Hi everyone,
I’m exploring Bayesian Linear Regression for the first time and I’ve got some confusion about defining a model that has learnable parameters controlling the functional form of a transformation applied to other learnable parameters.
For example, I have a diminishing returns transformation applied to some parameters.
def diminishing_returns(spend, half_sat, shape):
return 1 / (1 + np.power(np.exp(spend / half_sat), -shape))
I want the shape and saturation point of that transformation to also be learnable parameters such that I could use it like
def model():
sigma = pyro.sample('noise', pyro.distributions.HalfNormal(scale=10))
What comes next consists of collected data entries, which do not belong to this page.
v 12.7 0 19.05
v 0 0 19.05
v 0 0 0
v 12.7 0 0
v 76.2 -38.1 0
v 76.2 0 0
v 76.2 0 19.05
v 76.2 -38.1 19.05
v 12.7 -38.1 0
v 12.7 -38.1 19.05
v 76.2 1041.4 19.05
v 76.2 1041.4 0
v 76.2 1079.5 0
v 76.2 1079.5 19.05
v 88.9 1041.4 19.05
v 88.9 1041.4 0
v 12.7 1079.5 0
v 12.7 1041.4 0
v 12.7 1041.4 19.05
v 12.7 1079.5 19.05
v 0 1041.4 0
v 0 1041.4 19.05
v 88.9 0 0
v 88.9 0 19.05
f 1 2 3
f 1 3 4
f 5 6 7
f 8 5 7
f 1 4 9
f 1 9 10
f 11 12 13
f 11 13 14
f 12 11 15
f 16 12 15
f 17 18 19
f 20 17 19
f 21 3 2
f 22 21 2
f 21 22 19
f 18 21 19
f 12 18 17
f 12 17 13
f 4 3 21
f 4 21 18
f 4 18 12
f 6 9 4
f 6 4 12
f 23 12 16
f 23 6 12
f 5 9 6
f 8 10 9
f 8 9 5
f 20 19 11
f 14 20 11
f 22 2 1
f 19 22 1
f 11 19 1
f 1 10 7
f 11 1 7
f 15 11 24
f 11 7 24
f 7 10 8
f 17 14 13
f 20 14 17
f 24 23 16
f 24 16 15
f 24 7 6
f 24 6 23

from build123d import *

# Parameters (mm, degrees)
F0_W     = 88.9
F0_H     = 19.05
F1_DEPTH = 1041.4
F2_W     = 63.5
F2_H     = 19.05
F3_DEPTH = 38.1
F4_W     = 63.5
F4_H     = 19.05
F5_DEPTH = 38.1


with BuildPart() as f1:
    # F0 (on Front) → F1 (new body)
    with BuildSketch(Plane.XZ):
        with Locations((44.45, 9.525)):
            Rectangle(F0_W, F0_H)
    extrude(amount=-F1_DEPTH)

    # F2 (on face) → F3 (join)
    with BuildSketch(Plane.XZ):
        with Locations((44.45, 9.525)):
            Rectangle(F2_W, F2_H)
    extrude(amount=F3_DEPTH)

    # F4 (on face) → F5 (join)
    with BuildSketch(Plane(origin=(0, 1041.4, 0), x_dir=(-1, 0, 0), z_dir=(0, 1, 0))):
        with Locations((-44.45, 9.525)):
            Rectangle(F4_W, F4_H)
    extrude(amount=F5_DEPTH)


solid = f1.part
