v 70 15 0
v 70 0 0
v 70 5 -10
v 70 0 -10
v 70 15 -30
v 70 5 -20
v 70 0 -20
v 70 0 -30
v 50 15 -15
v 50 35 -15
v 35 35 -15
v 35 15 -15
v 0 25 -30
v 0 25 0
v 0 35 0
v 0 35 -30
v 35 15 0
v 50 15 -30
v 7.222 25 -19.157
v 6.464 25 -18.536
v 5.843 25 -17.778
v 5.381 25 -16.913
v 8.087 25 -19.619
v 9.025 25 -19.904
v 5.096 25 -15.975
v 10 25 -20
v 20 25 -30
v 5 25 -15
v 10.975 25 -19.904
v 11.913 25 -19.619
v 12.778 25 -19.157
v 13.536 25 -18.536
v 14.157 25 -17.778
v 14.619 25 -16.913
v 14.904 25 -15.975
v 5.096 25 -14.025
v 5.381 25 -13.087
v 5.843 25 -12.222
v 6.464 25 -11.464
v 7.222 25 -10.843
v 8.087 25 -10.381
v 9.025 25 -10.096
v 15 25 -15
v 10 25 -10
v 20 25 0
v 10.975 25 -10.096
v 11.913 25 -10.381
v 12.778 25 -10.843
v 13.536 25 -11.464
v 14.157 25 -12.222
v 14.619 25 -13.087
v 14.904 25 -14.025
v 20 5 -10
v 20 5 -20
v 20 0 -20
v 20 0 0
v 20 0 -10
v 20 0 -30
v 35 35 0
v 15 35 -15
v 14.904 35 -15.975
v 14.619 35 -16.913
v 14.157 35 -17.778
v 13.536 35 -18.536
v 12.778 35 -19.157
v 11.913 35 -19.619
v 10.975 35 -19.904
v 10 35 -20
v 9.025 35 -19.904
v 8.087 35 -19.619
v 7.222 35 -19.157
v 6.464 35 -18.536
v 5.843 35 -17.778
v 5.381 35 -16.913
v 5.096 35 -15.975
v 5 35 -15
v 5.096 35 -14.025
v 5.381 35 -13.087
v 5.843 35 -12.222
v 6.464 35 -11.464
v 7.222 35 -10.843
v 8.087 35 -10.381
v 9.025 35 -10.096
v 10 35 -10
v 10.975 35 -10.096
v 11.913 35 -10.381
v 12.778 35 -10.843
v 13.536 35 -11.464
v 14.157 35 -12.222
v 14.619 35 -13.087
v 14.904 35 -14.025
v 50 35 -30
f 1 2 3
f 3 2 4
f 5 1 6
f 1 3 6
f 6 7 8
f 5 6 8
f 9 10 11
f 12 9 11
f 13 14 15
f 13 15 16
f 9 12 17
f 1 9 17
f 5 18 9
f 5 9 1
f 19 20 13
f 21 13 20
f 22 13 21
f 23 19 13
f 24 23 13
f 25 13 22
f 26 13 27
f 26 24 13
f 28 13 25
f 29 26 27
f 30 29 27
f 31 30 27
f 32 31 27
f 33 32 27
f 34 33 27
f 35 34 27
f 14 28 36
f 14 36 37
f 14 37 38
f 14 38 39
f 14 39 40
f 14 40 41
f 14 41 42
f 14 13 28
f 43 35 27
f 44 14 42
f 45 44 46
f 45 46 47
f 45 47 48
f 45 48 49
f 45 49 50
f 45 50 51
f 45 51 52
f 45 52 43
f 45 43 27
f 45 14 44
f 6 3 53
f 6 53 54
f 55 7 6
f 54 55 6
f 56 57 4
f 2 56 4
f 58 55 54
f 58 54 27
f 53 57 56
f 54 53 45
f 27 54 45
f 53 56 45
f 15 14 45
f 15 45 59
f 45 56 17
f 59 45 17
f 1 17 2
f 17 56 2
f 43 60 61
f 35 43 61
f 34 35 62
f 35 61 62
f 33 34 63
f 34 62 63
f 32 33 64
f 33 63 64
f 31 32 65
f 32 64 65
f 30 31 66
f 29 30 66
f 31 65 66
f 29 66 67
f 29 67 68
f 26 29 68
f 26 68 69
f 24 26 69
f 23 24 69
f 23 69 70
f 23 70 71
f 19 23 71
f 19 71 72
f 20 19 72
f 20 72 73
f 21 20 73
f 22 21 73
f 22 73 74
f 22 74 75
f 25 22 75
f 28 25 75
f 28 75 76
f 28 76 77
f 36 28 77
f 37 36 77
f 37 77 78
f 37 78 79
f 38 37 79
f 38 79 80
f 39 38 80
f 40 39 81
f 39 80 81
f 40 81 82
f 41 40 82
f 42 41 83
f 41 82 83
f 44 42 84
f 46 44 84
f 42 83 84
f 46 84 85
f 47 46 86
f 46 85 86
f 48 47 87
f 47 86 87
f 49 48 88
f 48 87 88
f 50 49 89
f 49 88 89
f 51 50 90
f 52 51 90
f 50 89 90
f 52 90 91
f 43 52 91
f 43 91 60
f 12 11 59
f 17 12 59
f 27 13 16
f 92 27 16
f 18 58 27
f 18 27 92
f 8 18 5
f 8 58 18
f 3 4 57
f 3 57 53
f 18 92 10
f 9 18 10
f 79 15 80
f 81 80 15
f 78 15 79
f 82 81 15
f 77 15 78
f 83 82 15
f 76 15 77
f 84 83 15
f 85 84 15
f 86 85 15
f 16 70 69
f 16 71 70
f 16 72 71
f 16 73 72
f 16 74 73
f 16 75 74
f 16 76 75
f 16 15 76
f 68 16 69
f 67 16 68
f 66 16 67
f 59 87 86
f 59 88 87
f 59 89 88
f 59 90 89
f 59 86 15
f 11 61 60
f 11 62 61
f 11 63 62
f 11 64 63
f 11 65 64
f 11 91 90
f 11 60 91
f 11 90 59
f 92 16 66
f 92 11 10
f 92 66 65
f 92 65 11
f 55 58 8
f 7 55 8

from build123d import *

# Parameters (mm, degrees)
SKETCH1_W           = 70
SKETCH1_H           = 30
BOSS_EXTRUDE1_DEPTH = 35
CUT_EXTRUDE1_DEPTH  = 20
SKETCH3_W           = 20
SKETCH3_H           = 25
CUT_EXTRUDE2_DEPTH  = 31
SKETCH4_R           = 5
CUT_EXTRUDE3_DEPTH  = 36
SKETCH5_W           = 10
SKETCH5_H           = 5
CUT_EXTRUDE4_DEPTH  = 71


with BuildPart() as part:
    # Sketch1 → Boss-Extrude1 (new body)
    with BuildSketch(Plane(origin=(0, 0, 0), x_dir=(1, 0, 0), z_dir=(0, 1, 0))):
        with Locations((35, 15)):
            Rectangle(SKETCH1_W, SKETCH1_H)
    extrude(amount=BOSS_EXTRUDE1_DEPTH)

    # Sketch2 → Cut-Extrude1 (cut)
    with BuildSketch(Plane(origin=(0, 35, 0), x_dir=(1, 0, 0), z_dir=(0, 1, 0))):
        Polygon((70, 30), (50, 30), (50, 15), (35, 15), (35, 0), (70, 0), align=None)
    extrude(amount=-CUT_EXTRUDE1_DEPTH, mode=Mode.SUBTRACT)

    # Sketch3 → Cut-Extrude2 (cut, through all)
    with BuildSketch(Plane.XY):
        with Locations((10, 12.5)):
            Rectangle(SKETCH3_W, SKETCH3_H)
    extrude(amount=-CUT_EXTRUDE2_DEPTH, mode=Mode.SUBTRACT)

    # Sketch4 → Cut-Extrude3 (cut, through all)
    with BuildSketch(Plane(origin=(0, 35, 0), x_dir=(1, 0, 0), z_dir=(0, 1, 0))):
        with Locations((10, 15)):
            Circle(SKETCH4_R)
    extrude(amount=-CUT_EXTRUDE3_DEPTH, mode=Mode.SUBTRACT)

    # Sketch5 → Cut-Extrude4 (cut, through all)
    with BuildSketch(Plane(origin=(70, 0, 0), x_dir=(0, 0, -1), z_dir=(1, 0, 0))):
        with Locations((15, 2.5)):
            Rectangle(SKETCH5_W, SKETCH5_H)
    extrude(amount=-CUT_EXTRUDE4_DEPTH, mode=Mode.SUBTRACT)


solid = part.part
baseline = pyro.sample('baseline', pyro.distributions.Normal(loc=0, scale=1))
half_sat = pyro.sample('half_sat', pyro.distributions.Normal(loc=0, scale=1))
shape = pyro.sample('shape', pyro.distributions.Normal(loc=0, scale=1))
channel = pyro.sample(channel, pyro.distributions.HalfNormal(scale=1)) * diminishing_returns(feature[:, "channel"], half_sat, shape)
mean = baseline + channel
with pyro.plate('data', len(train_features.index)):
pyro.sample('obs', pyro.distributions.Normal(loc=mean, scale=sigma), obs=torch.from_numpy(train_labels.to_numpy()))
How can I adjust my diminishing returns function to make this work? Are there any references that address a similar problem?